Japan’s cryptocurrency exchange governance body is in discussion with the prime minister to drop the strict screening rules of token listing. The decision was followed after Prime Minister Fumio Kishida expressed that he was unhappy with the present system.
According to individuals familiar with the situation, the Japan Virtual and Crypto Assets Exchange Association, which controls digital coin listings, has discussed allowing local exchanges to list cryptocurrencies without going through its screening procedure.
Japan to take action in case of problems after the listing
The current stance is such that the regulatory body will focus on the asset after it is listed, instead of scrutinizing it during the listing process. The process will also include the decision on whether to delist the token in case a problem arises after trading has commenced. However, the new rules will not apply to initial coin offerings.

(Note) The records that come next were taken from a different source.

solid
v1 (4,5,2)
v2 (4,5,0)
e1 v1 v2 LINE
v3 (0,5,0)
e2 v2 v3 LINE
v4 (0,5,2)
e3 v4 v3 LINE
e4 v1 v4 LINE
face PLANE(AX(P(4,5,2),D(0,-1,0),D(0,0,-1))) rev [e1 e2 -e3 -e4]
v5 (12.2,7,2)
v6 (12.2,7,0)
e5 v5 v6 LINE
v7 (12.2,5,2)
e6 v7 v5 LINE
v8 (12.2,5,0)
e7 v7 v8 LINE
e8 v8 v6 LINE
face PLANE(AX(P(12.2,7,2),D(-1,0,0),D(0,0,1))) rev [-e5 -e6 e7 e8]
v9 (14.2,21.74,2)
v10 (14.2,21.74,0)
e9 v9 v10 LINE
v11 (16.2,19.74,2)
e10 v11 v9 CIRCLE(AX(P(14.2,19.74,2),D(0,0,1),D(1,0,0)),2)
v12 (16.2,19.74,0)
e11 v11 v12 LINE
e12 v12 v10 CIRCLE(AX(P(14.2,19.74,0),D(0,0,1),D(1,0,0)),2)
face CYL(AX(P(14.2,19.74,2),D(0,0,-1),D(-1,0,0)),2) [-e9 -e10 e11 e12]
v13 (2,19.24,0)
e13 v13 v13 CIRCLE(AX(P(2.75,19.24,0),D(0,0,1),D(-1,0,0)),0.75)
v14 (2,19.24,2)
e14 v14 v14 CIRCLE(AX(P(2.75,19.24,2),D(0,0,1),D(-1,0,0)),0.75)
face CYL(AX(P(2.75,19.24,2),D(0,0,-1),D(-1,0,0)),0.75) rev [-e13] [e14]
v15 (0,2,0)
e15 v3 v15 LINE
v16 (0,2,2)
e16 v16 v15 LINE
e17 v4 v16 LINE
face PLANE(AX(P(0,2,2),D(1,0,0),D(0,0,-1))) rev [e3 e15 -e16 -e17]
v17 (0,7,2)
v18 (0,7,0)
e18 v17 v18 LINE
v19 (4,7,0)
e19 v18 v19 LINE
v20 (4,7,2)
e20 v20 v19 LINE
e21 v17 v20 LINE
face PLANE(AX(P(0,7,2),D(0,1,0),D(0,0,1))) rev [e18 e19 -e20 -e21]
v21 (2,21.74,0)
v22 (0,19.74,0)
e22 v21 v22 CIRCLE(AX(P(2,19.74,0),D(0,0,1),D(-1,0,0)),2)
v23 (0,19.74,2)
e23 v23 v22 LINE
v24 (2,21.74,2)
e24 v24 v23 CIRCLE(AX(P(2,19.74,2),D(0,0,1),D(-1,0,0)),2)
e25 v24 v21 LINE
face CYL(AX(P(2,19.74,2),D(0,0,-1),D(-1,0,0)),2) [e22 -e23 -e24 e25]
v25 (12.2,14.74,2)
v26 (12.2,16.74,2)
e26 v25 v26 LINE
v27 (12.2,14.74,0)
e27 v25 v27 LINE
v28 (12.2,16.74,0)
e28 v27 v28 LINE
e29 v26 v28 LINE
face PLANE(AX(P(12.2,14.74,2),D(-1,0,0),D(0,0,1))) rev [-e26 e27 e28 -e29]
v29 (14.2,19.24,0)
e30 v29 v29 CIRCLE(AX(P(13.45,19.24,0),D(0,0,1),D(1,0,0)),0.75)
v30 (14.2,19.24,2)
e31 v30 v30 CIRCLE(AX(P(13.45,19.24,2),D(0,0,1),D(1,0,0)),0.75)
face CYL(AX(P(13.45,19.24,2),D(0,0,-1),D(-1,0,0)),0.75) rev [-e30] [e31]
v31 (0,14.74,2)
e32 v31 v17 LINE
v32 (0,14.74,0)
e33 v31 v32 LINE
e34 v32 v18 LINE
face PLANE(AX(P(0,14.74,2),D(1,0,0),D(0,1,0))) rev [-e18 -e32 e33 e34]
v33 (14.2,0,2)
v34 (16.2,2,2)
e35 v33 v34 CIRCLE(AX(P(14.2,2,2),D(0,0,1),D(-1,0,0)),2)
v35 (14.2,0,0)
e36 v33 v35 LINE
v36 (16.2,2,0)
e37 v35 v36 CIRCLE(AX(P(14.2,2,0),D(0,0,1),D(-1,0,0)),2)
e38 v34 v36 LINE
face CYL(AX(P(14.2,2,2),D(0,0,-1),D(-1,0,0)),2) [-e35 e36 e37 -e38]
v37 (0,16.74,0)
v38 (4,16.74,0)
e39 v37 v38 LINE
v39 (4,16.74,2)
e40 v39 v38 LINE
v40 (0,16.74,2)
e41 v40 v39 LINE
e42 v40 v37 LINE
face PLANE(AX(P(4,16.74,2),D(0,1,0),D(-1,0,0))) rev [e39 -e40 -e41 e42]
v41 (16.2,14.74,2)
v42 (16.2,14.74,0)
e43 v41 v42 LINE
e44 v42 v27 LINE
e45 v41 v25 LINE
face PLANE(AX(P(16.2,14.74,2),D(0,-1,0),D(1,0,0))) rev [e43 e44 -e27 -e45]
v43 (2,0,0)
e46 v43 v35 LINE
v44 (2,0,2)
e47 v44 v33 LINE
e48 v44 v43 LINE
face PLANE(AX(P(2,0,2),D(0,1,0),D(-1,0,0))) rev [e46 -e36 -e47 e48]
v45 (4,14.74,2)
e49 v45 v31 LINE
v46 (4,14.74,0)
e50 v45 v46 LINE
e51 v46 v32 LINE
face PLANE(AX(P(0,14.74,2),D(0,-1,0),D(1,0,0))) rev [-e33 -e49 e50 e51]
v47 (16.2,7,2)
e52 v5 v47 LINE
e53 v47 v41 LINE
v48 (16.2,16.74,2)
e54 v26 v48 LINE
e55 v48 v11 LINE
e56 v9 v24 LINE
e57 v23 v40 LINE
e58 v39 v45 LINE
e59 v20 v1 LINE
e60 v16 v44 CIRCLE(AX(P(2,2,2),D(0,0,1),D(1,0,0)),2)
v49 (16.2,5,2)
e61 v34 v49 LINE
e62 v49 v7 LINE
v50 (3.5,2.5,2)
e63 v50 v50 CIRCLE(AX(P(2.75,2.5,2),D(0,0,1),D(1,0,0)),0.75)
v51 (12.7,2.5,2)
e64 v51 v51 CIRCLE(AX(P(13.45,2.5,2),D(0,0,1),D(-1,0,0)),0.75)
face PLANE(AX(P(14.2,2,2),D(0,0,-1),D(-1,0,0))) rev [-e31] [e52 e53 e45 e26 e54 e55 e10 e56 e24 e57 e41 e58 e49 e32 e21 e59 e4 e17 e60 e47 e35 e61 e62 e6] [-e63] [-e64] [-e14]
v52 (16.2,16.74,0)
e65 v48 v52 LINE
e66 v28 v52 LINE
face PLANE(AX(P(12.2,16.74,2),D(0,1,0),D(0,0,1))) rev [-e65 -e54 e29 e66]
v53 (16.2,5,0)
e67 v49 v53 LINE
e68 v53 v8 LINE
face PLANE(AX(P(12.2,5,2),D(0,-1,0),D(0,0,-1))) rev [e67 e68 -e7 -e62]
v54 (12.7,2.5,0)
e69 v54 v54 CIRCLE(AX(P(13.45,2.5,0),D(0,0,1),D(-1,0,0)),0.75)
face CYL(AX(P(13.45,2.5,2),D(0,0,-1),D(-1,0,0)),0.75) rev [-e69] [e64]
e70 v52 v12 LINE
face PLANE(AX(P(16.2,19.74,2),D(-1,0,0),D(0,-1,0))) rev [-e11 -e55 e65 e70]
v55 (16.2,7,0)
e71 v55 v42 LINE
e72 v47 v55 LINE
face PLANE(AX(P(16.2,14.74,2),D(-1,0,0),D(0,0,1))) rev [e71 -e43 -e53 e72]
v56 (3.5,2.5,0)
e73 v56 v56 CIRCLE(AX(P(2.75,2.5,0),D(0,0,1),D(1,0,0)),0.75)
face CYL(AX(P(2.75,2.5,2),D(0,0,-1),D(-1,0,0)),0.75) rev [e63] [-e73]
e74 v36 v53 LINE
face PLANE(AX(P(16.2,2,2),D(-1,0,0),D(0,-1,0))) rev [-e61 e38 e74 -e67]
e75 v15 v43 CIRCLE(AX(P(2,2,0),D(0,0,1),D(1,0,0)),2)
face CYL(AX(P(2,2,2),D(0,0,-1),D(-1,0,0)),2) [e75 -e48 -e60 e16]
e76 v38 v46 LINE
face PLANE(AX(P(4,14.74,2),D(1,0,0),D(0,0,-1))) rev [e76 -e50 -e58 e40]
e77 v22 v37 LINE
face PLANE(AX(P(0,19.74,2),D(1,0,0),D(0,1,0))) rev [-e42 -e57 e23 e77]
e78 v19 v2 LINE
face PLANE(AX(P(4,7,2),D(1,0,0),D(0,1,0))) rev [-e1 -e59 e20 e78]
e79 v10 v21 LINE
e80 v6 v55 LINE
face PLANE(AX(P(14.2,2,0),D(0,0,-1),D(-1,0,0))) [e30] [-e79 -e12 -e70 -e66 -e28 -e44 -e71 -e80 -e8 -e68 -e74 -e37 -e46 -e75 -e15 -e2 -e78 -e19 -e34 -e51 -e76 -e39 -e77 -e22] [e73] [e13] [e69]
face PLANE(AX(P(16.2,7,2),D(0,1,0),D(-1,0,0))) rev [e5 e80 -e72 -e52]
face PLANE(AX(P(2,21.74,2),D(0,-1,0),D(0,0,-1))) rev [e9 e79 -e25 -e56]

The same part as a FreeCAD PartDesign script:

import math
import FreeCAD as App
import Part
import Sketcher

V = App.Vector
Q = App.Units.Quantity

doc = App.newDocument("Part")
body = doc.addObject("PartDesign::Body", "Body")

sketch1 = body.newObject("Sketcher::SketchObject", "Sketch")
sketch1.AttachmentSupport = (doc.getObject("XY_Plane"), [""])
sketch1.MapMode = "FlatFace"
sketch1.addGeometry(Part.LineSegment(V(0, 14.7, 0), V(0, 7, 0)), False)
sketch1.addGeometry(Part.LineSegment(V(0, 7, 0), V(4, 7, 0)), False)
sketch1.addGeometry(Part.LineSegment(V(4, 7, 0), V(4, 5, 0)), False)
sketch1.addGeometry(Part.LineSegment(V(4, 5, 0), V(0, 5, 0)), False)
sketch1.addGeometry(Part.LineSegment(V(0, 5, 0), V(0, 2, 0)), False)
sketch1.addGeometry(Part.ArcOfCircle(Part.Circle(V(2, 2, 0), V(0, 0, 1), 2), math.radians(-180), math.radians(-90)), False)
sketch1.addGeometry(Part.LineSegment(V(2, 0, 0), V(14.2, 0, 0)), False)
sketch1.addGeometry(Part.ArcOfCircle(Part.Circle(V(14.2, 2, 0), V(0, 0, 1), 2), math.radians(-90), math.radians(0)), False)
sketch1.addGeometry(Part.LineSegment(V(16.2, 2, 0), V(16.2, 5, 0)), False)
sketch1.addGeometry(Part.LineSegment(V(16.2, 5, 0), V(12.2, 5, 0)), False)
sketch1.addGeometry(Part.LineSegment(V(12.2, 5, 0), V(12.2, 7, 0)), False)
sketch1.addGeometry(Part.LineSegment(V(12.2, 7, 0), V(16.2, 7, 0)), False)
sketch1.addGeometry(Part.LineSegment(V(16.2, 7, 0), V(16.2, 14.7, 0)), False)
sketch1.addGeometry(Part.LineSegment(V(16.2, 14.7, 0), V(12.2, 14.7, 0)), False)
sketch1.addGeometry(Part.LineSegment(V(12.2, 14.7, 0), V(12.2, 16.7, 0)), False)
sketch1.addGeometry(Part.LineSegment(V(12.2, 16.7, 0), V(16.2, 16.7, 0)), False)
sketch1.addGeometry(Part.LineSegment(V(16.2, 16.7, 0), V(16.2, 19.7, 0)), False)
sketch1.addGeometry(Part.ArcOfCircle(Part.Circle(V(14.2, 19.7, 0), V(0, 0, 1), 2), math.radians(0), math.radians(90)), False)
sketch1.addGeometry(Part.LineSegment(V(14.2, 21.7, 0), V(2, 21.7, 0)), False)
sketch1.addGeometry(Part.ArcOfCircle(Part.Circle(V(2, 19.7, 0), V(0, 0, 1), 2), math.radians(90), math.radians(180)), False)
sketch1.addGeometry(Part.LineSegment(V(0, 19.7, 0), V(0, 16.7, 0)), False)
sketch1.addGeometry(Part.LineSegment(V(0, 16.7, 0), V(4, 16.7, 0)), False)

“The certified self-regulatory organization tends to spend a long-time pre-screening” crypto assets and that it would “ease the criteria while being mindful of the need to protect users.”
Government panel
Even if the screening procedure is eliminated, a legal obligation for crypto exchanges to submit any plans to offer new coins to the regulator is likely to remain in place, the sources told Bloomberg. The ease of token listing will provide a potential boost to foreign exchanges like Coinbase, which has a significantly broader knowledge than the local exchanges.
The Japan Virtual and Crypto Assets Exchange Association (JVCEA) also released a list of pre-approved cryptocurrencies that the exchanges could list without any testing. Previously, for a token to be listed, it had to go through a six-month waiting period.
The initiative shows Japan’s vision to provide protection to investors and ease the process of listing new tokens. The country is also working on deploying its CBDC.